1. KVM Migration From Intel to AMD Fails With Missing Cmp_legacy Feature (+ Solution)

    Tue 06 January 2026

    Context

    I'm running a virtualisation lab environment, with four Intel-based CPUs (i5-6500) and one AMD Ryzen 3 PRO 2200GE.

    When migrating virtual machines from one of the Intel hosts to the AMD host, the migration would fail with the following error:

    error: operation failed: guest CPU doesn't match specification: extra features: cmp_legacy"
    

    The really strange thing is that some virtual machines did migrate successfully from an Intel system to the AMD system without any issues.

    So I dumped the XML of the virtual machines and compared them. It turns out that the virtual machines that migrated successfully were all single-core and all failing virtual machines were multi-core.
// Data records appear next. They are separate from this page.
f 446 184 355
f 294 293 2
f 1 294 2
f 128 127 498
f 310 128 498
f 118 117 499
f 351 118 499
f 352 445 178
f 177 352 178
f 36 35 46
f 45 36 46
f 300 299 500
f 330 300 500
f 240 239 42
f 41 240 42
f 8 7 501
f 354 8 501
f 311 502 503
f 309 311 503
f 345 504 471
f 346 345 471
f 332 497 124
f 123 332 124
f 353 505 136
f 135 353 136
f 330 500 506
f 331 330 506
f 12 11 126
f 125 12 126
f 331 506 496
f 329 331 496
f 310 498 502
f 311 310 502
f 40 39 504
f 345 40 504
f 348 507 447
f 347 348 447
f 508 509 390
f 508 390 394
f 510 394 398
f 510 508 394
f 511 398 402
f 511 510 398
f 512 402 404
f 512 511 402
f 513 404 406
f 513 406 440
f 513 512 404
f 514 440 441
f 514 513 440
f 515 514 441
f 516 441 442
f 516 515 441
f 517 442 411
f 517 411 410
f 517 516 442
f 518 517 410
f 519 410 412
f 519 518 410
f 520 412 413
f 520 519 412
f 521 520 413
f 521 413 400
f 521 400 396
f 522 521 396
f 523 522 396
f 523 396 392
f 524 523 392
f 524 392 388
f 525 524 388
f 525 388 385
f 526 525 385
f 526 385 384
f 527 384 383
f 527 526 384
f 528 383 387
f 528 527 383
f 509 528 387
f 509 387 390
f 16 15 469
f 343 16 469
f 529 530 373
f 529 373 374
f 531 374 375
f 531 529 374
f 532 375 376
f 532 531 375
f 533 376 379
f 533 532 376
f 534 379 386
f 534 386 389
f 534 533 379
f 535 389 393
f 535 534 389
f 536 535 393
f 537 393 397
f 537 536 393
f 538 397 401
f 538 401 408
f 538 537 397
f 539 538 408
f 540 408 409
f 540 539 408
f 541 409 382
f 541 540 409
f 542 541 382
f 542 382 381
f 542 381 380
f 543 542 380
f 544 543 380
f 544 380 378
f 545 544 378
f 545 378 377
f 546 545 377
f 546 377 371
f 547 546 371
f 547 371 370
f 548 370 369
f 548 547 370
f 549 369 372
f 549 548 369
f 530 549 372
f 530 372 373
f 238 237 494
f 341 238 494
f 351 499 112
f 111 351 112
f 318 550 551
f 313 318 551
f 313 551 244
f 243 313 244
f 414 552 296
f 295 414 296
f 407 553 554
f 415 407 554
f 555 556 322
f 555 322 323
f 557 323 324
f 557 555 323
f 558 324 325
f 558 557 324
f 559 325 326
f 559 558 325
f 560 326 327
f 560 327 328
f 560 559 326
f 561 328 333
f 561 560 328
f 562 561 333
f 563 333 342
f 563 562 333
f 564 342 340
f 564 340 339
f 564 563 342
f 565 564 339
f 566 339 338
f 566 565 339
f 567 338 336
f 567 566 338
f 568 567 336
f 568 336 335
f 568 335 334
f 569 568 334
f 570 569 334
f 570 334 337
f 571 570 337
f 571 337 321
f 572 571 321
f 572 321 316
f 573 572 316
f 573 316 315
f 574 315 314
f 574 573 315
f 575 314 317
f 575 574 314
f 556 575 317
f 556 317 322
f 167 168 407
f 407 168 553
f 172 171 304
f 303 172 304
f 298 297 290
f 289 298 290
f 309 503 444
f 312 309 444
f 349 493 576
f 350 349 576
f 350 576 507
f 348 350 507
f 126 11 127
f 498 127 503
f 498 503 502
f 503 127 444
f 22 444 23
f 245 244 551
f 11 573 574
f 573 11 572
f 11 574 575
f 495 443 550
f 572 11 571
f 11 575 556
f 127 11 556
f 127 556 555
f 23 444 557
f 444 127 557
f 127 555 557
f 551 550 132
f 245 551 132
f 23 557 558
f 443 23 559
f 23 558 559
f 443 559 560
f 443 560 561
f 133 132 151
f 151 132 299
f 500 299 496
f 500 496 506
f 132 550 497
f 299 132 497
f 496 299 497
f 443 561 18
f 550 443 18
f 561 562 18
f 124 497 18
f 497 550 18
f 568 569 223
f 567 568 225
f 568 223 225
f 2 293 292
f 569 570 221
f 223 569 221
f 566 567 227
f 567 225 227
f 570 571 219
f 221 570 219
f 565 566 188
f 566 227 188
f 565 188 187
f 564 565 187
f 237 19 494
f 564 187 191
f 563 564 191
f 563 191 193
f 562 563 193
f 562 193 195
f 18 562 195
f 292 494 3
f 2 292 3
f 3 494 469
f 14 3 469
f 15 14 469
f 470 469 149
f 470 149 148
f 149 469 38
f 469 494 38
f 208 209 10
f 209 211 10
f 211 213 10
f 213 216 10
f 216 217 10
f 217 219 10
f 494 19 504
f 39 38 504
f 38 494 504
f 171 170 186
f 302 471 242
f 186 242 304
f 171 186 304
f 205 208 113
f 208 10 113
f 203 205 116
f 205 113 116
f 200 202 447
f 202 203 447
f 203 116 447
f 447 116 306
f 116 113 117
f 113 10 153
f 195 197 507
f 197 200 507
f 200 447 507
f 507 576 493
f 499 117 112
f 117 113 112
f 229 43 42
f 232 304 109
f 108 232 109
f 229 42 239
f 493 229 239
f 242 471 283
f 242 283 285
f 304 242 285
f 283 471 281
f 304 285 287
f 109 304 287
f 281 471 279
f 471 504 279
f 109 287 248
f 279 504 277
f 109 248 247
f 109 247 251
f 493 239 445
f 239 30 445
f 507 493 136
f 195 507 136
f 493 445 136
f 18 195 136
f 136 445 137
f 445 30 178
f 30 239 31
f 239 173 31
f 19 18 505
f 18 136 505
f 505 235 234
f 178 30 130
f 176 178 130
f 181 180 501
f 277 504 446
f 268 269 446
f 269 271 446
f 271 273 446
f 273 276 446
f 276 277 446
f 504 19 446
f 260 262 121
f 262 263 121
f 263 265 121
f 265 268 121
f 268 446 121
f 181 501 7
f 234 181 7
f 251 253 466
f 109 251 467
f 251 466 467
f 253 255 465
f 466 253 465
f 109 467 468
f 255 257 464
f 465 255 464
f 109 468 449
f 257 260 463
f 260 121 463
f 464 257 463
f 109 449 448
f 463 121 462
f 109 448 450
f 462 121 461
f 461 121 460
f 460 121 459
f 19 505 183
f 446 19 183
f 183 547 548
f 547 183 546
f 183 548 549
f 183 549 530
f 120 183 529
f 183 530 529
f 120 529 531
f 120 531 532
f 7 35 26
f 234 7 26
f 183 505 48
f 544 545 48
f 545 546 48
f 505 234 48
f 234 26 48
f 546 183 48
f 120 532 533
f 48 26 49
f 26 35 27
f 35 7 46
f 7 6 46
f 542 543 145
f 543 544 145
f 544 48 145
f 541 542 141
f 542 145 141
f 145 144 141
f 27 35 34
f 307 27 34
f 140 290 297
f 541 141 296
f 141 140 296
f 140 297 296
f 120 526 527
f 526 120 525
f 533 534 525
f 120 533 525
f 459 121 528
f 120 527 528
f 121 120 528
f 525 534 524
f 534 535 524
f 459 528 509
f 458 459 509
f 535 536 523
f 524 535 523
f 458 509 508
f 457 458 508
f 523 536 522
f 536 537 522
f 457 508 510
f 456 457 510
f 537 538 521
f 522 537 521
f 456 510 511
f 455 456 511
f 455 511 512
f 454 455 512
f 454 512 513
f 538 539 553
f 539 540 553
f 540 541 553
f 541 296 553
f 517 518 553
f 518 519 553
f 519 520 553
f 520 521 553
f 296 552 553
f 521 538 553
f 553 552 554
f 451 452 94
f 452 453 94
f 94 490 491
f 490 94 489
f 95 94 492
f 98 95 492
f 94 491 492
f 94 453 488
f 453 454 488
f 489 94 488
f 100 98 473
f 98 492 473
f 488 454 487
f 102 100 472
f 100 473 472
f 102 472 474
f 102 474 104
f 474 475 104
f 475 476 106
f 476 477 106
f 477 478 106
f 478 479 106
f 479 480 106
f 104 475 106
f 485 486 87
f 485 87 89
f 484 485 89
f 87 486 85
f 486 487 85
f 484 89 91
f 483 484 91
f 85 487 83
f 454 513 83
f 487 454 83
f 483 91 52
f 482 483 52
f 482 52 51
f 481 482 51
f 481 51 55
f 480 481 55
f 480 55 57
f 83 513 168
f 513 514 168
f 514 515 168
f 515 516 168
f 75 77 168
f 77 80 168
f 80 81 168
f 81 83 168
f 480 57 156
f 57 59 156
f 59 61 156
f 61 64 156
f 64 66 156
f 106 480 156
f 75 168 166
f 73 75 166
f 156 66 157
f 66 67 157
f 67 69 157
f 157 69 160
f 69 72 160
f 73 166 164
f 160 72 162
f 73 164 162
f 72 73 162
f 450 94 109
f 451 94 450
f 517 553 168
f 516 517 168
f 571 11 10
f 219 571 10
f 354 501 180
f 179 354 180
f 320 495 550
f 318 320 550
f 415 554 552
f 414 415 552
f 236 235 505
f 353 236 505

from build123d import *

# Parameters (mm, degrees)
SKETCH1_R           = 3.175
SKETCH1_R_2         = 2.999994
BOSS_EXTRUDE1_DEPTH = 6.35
    As the cmp_legacy CPU feature seems to be related to (lack of) support for hyper-threading, the configured CPU topology of the virtual machines was suspected to be the culprit.

    I've configured a custom CPU topology on the virtual machines with 1 socket, 1 die and one or more CPU cores. This caused the migration failure.

    Solution

    If you configure multi-core virtual machines with multiple sockets instead of cores migration between Intel and AMD hosts will succeed.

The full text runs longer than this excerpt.